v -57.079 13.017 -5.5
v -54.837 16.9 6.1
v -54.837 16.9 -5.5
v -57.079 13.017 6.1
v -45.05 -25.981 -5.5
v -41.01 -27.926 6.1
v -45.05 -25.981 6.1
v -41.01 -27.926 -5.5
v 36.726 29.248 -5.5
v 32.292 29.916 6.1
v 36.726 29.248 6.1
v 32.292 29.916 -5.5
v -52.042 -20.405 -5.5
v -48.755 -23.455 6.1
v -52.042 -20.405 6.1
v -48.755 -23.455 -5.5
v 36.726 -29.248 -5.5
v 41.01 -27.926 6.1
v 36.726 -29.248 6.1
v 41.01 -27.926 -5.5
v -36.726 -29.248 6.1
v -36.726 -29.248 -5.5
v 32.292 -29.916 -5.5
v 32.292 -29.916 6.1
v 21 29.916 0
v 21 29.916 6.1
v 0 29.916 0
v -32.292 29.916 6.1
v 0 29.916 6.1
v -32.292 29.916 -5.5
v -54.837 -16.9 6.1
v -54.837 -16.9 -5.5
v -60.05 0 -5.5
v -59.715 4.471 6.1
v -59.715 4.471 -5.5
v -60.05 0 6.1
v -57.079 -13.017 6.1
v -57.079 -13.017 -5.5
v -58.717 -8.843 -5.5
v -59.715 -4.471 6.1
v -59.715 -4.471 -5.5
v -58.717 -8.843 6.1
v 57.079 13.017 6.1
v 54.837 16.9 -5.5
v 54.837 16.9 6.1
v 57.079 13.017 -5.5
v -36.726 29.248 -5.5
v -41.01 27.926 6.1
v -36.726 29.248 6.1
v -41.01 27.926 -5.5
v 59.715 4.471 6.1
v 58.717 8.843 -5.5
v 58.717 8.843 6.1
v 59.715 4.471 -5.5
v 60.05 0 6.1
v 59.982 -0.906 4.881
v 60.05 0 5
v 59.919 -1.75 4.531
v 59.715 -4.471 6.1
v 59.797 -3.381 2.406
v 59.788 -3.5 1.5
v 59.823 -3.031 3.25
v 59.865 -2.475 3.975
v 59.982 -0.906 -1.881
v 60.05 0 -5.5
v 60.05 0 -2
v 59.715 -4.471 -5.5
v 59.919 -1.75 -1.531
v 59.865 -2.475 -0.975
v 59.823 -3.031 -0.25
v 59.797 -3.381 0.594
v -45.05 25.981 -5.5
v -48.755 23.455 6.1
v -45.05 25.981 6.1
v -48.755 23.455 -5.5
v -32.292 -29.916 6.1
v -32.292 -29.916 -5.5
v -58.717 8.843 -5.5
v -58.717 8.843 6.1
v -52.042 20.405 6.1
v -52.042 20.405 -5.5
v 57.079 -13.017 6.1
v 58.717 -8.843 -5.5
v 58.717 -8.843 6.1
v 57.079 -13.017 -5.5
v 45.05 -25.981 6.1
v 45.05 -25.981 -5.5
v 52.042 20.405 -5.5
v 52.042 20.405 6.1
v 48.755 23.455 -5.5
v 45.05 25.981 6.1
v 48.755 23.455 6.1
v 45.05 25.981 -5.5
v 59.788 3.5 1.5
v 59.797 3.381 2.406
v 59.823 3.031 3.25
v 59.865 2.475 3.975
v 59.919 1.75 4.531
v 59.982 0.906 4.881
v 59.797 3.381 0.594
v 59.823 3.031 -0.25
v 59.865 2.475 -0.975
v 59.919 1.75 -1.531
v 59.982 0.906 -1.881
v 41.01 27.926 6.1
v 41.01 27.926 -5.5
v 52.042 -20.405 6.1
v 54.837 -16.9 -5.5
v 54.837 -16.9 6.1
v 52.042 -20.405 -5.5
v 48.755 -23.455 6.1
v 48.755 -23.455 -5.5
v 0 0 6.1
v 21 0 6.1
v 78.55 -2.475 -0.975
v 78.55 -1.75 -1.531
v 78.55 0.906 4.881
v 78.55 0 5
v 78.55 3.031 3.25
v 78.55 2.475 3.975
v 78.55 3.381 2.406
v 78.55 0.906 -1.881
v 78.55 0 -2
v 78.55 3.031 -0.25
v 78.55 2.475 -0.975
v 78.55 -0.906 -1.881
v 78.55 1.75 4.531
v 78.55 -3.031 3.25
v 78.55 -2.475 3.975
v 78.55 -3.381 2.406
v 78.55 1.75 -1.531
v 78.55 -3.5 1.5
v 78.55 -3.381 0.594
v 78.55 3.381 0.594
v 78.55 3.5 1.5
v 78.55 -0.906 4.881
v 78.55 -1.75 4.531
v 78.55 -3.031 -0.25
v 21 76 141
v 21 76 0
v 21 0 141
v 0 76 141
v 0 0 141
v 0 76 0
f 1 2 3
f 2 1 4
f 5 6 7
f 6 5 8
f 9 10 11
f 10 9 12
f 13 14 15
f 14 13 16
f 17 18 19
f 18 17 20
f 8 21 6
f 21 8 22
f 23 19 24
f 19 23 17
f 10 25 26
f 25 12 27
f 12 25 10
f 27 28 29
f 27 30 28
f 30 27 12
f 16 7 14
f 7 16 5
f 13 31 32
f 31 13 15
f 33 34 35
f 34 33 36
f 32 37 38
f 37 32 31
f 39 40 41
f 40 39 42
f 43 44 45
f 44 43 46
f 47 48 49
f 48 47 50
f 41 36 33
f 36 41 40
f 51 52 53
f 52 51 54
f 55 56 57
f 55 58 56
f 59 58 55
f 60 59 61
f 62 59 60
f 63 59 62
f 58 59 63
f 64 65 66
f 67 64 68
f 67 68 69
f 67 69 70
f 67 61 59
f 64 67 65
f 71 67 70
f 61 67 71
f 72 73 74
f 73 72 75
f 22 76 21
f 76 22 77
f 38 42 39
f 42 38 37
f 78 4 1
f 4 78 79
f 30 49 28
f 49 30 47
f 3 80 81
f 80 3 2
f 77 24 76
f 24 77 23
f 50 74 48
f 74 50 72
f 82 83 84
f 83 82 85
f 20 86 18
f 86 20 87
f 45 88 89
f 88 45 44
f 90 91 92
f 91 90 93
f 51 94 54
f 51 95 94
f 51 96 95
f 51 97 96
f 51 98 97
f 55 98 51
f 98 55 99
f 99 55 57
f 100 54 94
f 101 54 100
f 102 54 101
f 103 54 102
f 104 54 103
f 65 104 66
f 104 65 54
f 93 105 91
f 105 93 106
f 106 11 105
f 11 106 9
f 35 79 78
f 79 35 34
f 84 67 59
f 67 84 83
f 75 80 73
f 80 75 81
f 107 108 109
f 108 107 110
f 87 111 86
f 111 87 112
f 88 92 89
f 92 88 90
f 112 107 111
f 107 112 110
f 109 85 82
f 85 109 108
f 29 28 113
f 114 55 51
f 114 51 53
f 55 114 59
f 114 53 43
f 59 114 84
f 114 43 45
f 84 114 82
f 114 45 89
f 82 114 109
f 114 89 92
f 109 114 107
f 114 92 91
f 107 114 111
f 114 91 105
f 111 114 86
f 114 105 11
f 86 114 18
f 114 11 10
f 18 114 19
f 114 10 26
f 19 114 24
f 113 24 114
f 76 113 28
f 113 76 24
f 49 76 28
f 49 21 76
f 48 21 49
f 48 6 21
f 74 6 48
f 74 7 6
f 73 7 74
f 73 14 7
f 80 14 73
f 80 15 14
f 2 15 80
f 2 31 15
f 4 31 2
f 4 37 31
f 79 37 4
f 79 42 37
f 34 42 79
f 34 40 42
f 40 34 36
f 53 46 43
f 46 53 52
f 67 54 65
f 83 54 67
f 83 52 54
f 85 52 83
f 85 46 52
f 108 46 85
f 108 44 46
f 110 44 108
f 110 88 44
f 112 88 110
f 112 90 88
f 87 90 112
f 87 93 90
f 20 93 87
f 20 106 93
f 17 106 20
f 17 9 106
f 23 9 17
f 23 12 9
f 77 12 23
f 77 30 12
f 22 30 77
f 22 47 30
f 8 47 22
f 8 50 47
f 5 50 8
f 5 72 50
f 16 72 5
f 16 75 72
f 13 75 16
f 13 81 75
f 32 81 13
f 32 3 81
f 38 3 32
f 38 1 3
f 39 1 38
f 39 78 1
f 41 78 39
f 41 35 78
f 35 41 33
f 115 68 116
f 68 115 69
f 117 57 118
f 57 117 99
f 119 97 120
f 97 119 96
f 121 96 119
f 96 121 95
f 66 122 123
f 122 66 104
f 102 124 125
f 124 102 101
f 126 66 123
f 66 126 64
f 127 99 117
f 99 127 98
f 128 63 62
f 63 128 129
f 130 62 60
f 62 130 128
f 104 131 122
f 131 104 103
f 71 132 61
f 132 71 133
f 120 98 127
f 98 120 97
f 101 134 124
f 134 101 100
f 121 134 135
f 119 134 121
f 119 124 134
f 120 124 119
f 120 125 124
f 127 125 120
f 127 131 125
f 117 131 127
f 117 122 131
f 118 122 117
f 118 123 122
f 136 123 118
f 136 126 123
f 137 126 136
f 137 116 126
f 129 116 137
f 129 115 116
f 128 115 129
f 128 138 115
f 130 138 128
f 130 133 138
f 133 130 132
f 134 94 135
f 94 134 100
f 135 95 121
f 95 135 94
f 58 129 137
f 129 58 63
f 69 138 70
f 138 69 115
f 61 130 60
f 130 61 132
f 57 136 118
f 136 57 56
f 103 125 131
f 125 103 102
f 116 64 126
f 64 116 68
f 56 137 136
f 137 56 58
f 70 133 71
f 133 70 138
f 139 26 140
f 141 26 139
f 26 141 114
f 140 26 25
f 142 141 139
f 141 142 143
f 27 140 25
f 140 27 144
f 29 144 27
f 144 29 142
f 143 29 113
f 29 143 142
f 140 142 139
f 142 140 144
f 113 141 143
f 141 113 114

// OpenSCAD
// file: dt900.scad
module dt900()
{
  dt900_end_to_end = 120.1;
  dt900_width = 60;
  dt900_thickness = 11;
  dt900_charge_diam = 7;
  dt900_charge_offset = 1.5;
  dt900_charge_length = 18.5;

  extra_front = 0.6;

  // main body
  hull()
  {
    for(i=[-1,+1])
    translate([i*(dt900_end_to_end-dt900_width)/2, 0, extra_front/2])
    cylinder(r=dt900_width/2, h=dt900_thickness+extra_front, $fn=42, center=true);
  }

  // charger (on right)
  translate([0, 0, dt900_charge_offset])
  rotate([0, 90, 0])
  cylinder(r=dt900_charge_diam/2, h=dt900_charge_length+dt900_end_to_end/2, $fn=24);
}

dt900();
// main file
// Wireless Charging Stand

use <dt900.scad>;

module phone(){
	cube(size=[21, 76, 141]);
}

dt900();
phone();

------------------------------------------------------------

EXERCISE OBJECTIVE:
Please retype the top of the data exactly, down to and including the line that holds "v 59.823 3.031 -0.25", and nothing further.

ANSWER SPACE:
v -57.079 13.017 -5.5
v -54.837 16.9 6.1
v -54.837 16.9 -5.5
v -57.079 13.017 6.1
v -45.05 -25.981 -5.5
v -41.01 -27.926 6.1
v -45.05 -25.981 6.1
v -41.01 -27.926 -5.5
v 36.726 29.248 -5.5
v 32.292 29.916 6.1
v 36.726 29.248 6.1
v 32.292 29.916 -5.5
v -52.042 -20.405 -5.5
v -48.755 -23.455 6.1
v -52.042 -20.405 6.1
v -48.755 -23.455 -5.5
v 36.726 -29.248 -5.5
v 41.01 -27.926 6.1
v 36.726 -29.248 6.1
v 41.01 -27.926 -5.5
v -36.726 -29.248 6.1
v -36.726 -29.248 -5.5
v 32.292 -29.916 -5.5
v 32.292 -29.916 6.1
v 21 29.916 0
v 21 29.916 6.1
v 0 29.916 0
v -32.292 29.916 6.1
v 0 29.916 6.1
v -32.292 29.916 -5.5
v -54.837 -16.9 6.1
v -54.837 -16.9 -5.5
v -60.05 0 -5.5
v -59.715 4.471 6.1
v -59.715 4.471 -5.5
v -60.05 0 6.1
v -57.079 -13.017 6.1
v -57.079 -13.017 -5.5
v -58.717 -8.843 -5.5
v -59.715 -4.471 6.1
v -59.715 -4.471 -5.5
v -58.717 -8.843 6.1
v 57.079 13.017 6.1
v 54.837 16.9 -5.5
v 54.837 16.9 6.1
v 57.079 13.017 -5.5
v -36.726 29.248 -5.5
v -41.01 27.926 6.1
v -36.726 29.248 6.1
v -41.01 27.926 -5.5
v 59.715 4.471 6.1
v 58.717 8.843 -5.5
v 58.717 8.843 6.1
v 59.715 4.471 -5.5
v 60.05 0 6.1
v 59.982 -0.906 4.881
v 60.05 0 5
v 59.919 -1.75 4.531
v 59.715 -4.471 6.1
v 59.797 -3.381 2.406
v 59.788 -3.5 1.5
v 59.823 -3.031 3.25
v 59.865 -2.475 3.975
v 59.982 -0.906 -1.881
v 60.05 0 -5.5
v 60.05 0 -2
v 59.715 -4.471 -5.5
v 59.919 -1.75 -1.531
v 59.865 -2.475 -0.975
v 59.823 -3.031 -0.25
v 59.797 -3.381 0.594
v -45.05 25.981 -5.5
v -48.755 23.455 6.1
v -45.05 25.981 6.1
v -48.755 23.455 -5.5
v -32.292 -29.916 6.1
v -32.292 -29.916 -5.5
v -58.717 8.843 -5.5
v -58.717 8.843 6.1
v -52.042 20.405 6.1
v -52.042 20.405 -5.5
v 57.079 -13.017 6.1
v 58.717 -8.843 -5.5
v 58.717 -8.843 6.1
v 57.079 -13.017 -5.5
v 45.05 -25.981 6.1
v 45.05 -25.981 -5.5
v 52.042 20.405 -5.5
v 52.042 20.405 6.1
v 48.755 23.455 -5.5
v 45.05 25.981 6.1
v 48.755 23.455 6.1
v 45.05 25.981 -5.5
v 59.788 3.5 1.5
v 59.797 3.381 2.406
v 59.823 3.031 3.25
v 59.865 2.475 3.975
v 59.919 1.75 4.531
v 59.982 0.906 4.881
v 59.797 3.381 0.594
v 59.823 3.031 -0.25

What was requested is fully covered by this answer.